1. ## Challenging factorization question?

If a+b+c = 0 show that (2a-b)^3 + (2b-c)^3 + (2c-a)^3 = 3 (2a-b)(2b-c)(2c-a)

2. ## Re: Challenging factorization question?

Originally Posted by magakriv
If a+b+c = 0 show that (2a-b)^3 + (2b-c)^3 + (2c-a)^3 = 3 (2a-b)(2b-c)(2c-a)
Use this webpage to help do the algebra.

3. ## Re: Challenging factorization question?

Hello, magakriv!

$\displaystyle \text{If }a+b+c \,=\,0,$
. . $\displaystyle \,\text{ show that: }\:(2a-b)^3 + (2b-c)^3 + (2c-a)^3 \:=\:3(2a-b)(2b-c)(2c-a)$
Let: .$\displaystyle \begin{Bmatrix}X &=& 2a-b \\ Y &=& 2b -c \\ Z &=& 2c-a\end{Bmatrix}$

Note that: /$\displaystyle X + Y+Z \:=\:a+b+c \:=\:0$

We have: .$\displaystyle X+Y+Z \;=\;0$

Cube both sides: .$\displaystyle (X+Y+Z)^3 \;=\;0^3$

. . $\displaystyle X^3+Y^3+Z^3+3X^2Y+3XY^2+3Y^2Z+3YZ^2+3Z^2X+3ZX^2+6X YZ \;=\;0$

$\displaystyle X^3+Y^3+Z^3+(3X^2Y+3XY^2+3XY\!Z)+(3Y^2\!Z+3Y\!Z^2+ 3XY\!Z)+$$\displaystyle (3X^2Z+3XZ^2) \;=\;0$

$\displaystyle X^3+Y^3+Z^3 + 3XY(X+Y+Z) + 3YZ(Y+Z+X) + 3XZ(X+Z) \;=\;0$

Since $\displaystyle X+Y+Z \,=\,0\,\text{ and }\,X+Z \,=\,-Y$, we have:

. . $\displaystyle X^3+Y^3+Z^3 + 3XY(0) + 3Y(0) + 3XZ(-Y) \;=\;0$

. . . . . . $\displaystyle X^3+Y^3+Z^3 - 3XYZ \;=\;0$

. . . . . . $\displaystyle X^3 + Y^3 + Z^3 \;=\;3XYZ$

Back-substitute: .$\displaystyle (2a-b)^3 + (2b-c)^3 + (2c-a)^3 \;=\;3(2a-b)(2b-c)(2c-a)$

4. ## Re: Challenging factorization question?

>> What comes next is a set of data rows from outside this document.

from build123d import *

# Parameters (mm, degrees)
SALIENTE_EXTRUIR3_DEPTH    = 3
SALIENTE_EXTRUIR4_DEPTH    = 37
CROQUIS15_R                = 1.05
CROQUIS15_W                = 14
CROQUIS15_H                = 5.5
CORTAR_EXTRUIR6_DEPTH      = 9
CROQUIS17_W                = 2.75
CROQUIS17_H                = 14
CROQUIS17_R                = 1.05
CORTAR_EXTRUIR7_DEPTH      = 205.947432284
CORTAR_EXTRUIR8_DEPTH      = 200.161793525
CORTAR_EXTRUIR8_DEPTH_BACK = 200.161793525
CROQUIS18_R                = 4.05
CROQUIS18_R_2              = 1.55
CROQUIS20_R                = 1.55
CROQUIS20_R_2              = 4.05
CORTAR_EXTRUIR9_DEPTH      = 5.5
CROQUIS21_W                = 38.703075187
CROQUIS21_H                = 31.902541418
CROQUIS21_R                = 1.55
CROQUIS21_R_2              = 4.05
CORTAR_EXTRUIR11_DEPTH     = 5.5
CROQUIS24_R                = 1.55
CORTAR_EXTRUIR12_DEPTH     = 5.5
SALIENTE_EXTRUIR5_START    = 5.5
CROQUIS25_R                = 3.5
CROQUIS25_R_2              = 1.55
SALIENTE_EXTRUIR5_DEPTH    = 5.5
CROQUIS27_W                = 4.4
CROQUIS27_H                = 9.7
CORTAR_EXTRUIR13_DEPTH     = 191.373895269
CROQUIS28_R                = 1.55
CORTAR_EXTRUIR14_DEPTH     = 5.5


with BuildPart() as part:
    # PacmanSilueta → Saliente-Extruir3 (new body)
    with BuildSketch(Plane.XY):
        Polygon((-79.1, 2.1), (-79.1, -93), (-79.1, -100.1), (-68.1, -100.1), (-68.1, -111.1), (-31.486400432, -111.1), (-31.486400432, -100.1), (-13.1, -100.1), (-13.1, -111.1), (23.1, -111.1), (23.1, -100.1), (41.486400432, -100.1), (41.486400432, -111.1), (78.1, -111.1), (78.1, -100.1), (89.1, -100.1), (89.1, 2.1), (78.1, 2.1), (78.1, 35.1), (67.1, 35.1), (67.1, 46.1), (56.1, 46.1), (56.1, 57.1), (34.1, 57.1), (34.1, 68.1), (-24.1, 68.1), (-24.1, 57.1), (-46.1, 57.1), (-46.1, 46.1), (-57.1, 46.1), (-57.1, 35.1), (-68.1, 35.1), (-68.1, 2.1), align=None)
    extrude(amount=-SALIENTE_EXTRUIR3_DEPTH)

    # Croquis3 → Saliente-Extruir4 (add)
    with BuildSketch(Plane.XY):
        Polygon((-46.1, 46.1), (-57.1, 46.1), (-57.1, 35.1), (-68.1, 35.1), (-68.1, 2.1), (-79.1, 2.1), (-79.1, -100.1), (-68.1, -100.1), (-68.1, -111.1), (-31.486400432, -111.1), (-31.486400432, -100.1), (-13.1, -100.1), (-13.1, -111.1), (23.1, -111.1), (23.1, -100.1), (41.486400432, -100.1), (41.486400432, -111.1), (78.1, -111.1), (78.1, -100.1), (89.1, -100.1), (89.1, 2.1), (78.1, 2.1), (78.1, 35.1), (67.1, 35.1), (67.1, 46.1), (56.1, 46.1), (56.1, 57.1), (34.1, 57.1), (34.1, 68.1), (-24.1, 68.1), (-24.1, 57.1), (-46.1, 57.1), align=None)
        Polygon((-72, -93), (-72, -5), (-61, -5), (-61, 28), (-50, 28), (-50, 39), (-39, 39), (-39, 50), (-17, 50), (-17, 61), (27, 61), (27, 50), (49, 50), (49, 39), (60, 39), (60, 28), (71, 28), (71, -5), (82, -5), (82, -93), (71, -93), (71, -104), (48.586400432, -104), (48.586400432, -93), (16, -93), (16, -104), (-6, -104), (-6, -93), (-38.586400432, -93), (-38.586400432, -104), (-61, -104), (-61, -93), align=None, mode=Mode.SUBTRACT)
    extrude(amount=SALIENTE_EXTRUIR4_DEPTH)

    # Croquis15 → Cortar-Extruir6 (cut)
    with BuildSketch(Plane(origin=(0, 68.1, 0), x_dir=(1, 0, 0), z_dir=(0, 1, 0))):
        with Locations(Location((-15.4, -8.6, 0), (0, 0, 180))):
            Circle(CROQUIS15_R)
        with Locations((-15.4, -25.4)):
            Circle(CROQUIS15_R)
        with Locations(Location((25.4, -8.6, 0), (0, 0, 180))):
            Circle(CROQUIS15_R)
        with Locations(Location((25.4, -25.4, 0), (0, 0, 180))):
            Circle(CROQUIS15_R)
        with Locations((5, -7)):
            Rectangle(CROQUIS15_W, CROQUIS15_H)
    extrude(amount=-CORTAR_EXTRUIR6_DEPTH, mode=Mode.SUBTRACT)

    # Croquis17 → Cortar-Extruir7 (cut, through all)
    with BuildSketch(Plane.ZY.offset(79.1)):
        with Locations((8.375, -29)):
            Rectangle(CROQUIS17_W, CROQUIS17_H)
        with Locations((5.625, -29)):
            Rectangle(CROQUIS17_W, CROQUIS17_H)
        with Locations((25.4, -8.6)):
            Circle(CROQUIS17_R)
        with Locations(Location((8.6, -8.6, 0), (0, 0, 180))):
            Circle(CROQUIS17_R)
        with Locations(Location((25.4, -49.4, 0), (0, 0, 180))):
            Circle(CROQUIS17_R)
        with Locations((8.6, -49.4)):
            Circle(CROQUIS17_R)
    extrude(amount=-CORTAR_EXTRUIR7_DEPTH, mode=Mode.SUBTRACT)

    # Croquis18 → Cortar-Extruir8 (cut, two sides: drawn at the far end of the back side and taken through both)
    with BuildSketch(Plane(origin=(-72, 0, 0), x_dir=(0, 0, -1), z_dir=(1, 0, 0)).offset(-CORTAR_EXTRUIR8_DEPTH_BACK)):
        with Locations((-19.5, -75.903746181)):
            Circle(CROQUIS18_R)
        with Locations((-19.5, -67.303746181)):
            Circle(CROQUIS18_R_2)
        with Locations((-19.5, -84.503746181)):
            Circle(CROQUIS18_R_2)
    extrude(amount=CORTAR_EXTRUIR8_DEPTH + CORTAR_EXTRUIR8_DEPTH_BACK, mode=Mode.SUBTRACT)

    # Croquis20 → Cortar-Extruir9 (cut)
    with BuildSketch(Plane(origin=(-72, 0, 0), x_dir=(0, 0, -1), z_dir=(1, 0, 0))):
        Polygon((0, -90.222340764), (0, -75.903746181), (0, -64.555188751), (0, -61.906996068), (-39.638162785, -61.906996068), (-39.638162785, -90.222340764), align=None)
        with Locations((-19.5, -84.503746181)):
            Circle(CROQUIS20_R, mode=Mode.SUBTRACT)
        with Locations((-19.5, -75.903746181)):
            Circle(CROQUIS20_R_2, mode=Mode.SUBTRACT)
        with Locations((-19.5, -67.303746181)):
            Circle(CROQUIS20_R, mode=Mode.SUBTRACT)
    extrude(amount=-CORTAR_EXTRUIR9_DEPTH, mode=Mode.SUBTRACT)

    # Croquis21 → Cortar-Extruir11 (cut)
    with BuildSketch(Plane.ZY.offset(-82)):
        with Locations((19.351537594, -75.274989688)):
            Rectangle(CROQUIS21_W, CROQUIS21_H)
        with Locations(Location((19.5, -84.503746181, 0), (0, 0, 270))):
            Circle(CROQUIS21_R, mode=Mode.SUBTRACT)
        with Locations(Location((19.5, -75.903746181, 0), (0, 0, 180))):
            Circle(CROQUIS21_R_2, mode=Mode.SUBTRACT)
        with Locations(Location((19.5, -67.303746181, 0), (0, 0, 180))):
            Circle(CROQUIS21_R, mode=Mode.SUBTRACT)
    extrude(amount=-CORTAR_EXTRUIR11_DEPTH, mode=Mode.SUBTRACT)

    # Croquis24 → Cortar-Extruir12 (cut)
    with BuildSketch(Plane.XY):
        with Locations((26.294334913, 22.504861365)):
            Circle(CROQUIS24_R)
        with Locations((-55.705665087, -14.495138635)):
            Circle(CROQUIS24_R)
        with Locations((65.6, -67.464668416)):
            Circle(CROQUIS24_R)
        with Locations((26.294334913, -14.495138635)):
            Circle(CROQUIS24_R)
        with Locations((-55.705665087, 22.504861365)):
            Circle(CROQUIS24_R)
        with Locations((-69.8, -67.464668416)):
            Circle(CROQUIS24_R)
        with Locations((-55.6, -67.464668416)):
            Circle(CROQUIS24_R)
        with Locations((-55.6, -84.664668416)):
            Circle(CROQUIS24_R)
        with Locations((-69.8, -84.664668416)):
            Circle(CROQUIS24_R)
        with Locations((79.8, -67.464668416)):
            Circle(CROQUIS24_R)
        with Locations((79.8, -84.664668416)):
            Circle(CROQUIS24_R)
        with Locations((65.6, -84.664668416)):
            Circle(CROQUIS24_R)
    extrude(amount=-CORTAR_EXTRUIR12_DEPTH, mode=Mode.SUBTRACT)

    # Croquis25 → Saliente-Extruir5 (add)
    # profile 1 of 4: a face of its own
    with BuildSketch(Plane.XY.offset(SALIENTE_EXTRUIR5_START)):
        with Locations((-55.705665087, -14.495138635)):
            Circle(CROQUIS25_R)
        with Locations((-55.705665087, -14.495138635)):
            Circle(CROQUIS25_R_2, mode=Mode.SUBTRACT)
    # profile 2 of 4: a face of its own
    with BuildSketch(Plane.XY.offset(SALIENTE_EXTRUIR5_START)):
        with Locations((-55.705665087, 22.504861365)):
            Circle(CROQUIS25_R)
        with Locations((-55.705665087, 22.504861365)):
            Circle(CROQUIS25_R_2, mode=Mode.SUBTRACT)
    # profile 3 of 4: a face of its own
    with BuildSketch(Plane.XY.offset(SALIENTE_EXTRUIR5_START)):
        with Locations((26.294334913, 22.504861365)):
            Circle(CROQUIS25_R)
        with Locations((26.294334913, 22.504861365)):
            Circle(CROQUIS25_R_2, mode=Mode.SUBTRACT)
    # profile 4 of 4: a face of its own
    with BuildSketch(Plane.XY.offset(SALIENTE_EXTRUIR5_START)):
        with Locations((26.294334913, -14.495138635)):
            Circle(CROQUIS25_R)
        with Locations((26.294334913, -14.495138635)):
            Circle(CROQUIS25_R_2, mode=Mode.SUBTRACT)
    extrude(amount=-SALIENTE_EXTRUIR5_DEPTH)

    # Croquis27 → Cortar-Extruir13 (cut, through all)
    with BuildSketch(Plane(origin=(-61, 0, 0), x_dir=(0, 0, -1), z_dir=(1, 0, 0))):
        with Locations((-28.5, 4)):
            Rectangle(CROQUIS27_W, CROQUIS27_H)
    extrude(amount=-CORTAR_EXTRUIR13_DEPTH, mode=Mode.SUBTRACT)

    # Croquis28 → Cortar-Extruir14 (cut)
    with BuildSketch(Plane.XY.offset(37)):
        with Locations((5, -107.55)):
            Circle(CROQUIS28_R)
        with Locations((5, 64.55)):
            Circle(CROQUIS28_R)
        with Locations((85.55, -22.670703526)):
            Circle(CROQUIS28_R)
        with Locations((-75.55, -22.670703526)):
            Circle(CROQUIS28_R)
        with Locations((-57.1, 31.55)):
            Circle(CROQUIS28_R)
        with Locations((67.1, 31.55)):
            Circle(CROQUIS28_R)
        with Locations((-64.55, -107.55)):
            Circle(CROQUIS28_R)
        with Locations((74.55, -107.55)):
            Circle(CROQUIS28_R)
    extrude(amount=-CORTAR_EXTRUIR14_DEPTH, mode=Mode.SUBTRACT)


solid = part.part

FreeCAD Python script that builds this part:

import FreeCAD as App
import Part
import Sketcher

V = App.Vector


def add_polygon(sketch, points):
    """Adds a closed chain of lines whose ends are joined by coincident constraints."""
    first, n = sketch.GeometryCount, len(points)
    for a, b in zip(points, points[1:] + points[:1]):
        sketch.addGeometry(Part.LineSegment(App.Vector(*a, 0), App.Vector(*b, 0)), False)
    for i in range(n):
        sketch.addConstraint(Sketcher.Constraint("Coincident", first + i, 2, first + (i + 1) % n, 1))

doc = App.newDocument("Part")
params = doc.addObject("Spreadsheet::Sheet", "Params")
for row, (alias, value) in enumerate([
    ("sketch1_width", "11 mm"),
    ("sketch1_width2", "22 mm"),
    ("sketch1_height", "33 mm"),
    ("sketch1_width3", "36.2 mm"),
    ("sketch1_width4", "58.2 mm"),
    ("pad1_length", "3 mm"),
    ("sketch2_width", "11 mm"),
    ("sketch2_width2", "22 mm"),
    ("sketch2_width3", "44 mm"),
    ("sketch2_height", "33 mm"),
    ("sketch2_height2", "88 mm"),
    ("pad2_length", "37 mm"),
    ("sketch3_diameter", "2.1 mm"),
    ("sketch3_width", "14 mm"),
    ("sketch3_height", "5.5 mm"),
    ("pocket1_length", "9 mm"),
    ("sketch4_diameter", "2.1 mm"),
    ("sketch4_width", "14 mm"),
    ("sketch4_height", "5.5 mm"),
    ("sketch5_diameter", "8.1 mm"),
    ("sketch5_diameter2", "3.1 mm"),
    ("sketch6_diameter", "3.1 mm"),
    ("sketch6_diameter2", "8.1 mm"),
    ("pocket4_length", "5.5 mm"),
    ("sketch7_diameter", "3.1 mm"),
    ("sketch7_diameter2", "8.1 mm"),
    ("pocket5_length", "5.5 mm"),
    ("sketch8_diameter", "3.1 mm"),
    ("pocket6_length", "5.5 mm"),
    ("sketch9_diameter", "7 mm"),
    ("sketch9_diameter2", "3.1 mm"),
    ("pad3_length", "5.5 mm"),
    ("sketch10_width", "9.7 mm"),
    ("sketch10_height", "4.4 mm"),
    ("sketch11_diameter", "3.1 mm"),
    ("pocket8_length", "5.5 mm"),
], start=1):
    params.set(f"A{row}", alias)
    params.set(f"B{row}", "=" + value)
    params.setAlias(f"B{row}", alias)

Originally Posted by magakriv
If a+b+c = 0 show that (2a-b)^3 + (2b-c)^3 + (2c-a)^3 = 3 (2a-b)(2b-c)(2c-a)
$\displaystyle \text{Let's first consider the cubic expansion of three variables.}$

\displaystyle \begin{aligned} (x+y+z)^3 &= x^3 +y^3 +z^3 +3x^2y+3x^2z + 3y^2x + 3y^2z +3z^2x + 3z^2y + 6xyz\\ &=x^3 + y^3 + z^3 + (3x^2y+3y^2x+3xyz) + (3z^2y+3y^2z+3xyz) + (3z^2x+3x^2z+3xyz) -3xyz\\ &=x^3 + y^3 + z^3 +3xy(x+y+z) +3yz(x+y+z) +3zx(x+y+z) - 3xyz \end{aligned}

$\displaystyle \text{Now let return to our problem. Given}~ a+b+c=0.}$

$\displaystyle \text{Show that}~ (2a-b)^3 + (2b-c)^3 + (2c-a)^3=3(2a-b)(2b-c)(2c-a)$

$\displaystyle \text{Let}~ x=2a-b,~ y=2b-c,~ z=2c-a.~ \text{Observe that}~ x+y+z=a+b+c=0$

$\displaystyle \text{Substitute}~ x+y+z=0~ \text{into the derivation above, we have}$

$\displaystyle 0=x^3+y^3+z^3 - 3xyz~ \Leftrightarrow~x^3+y^3+z^3 = 3xyz$

$\displaystyle \text{Thus,}~ (2a-b)^3 + (2b-c)^3 + (2c-a)^3=3(2a-b)(2b-c)(2c-a)$

Let me know if you have any question. Good luck!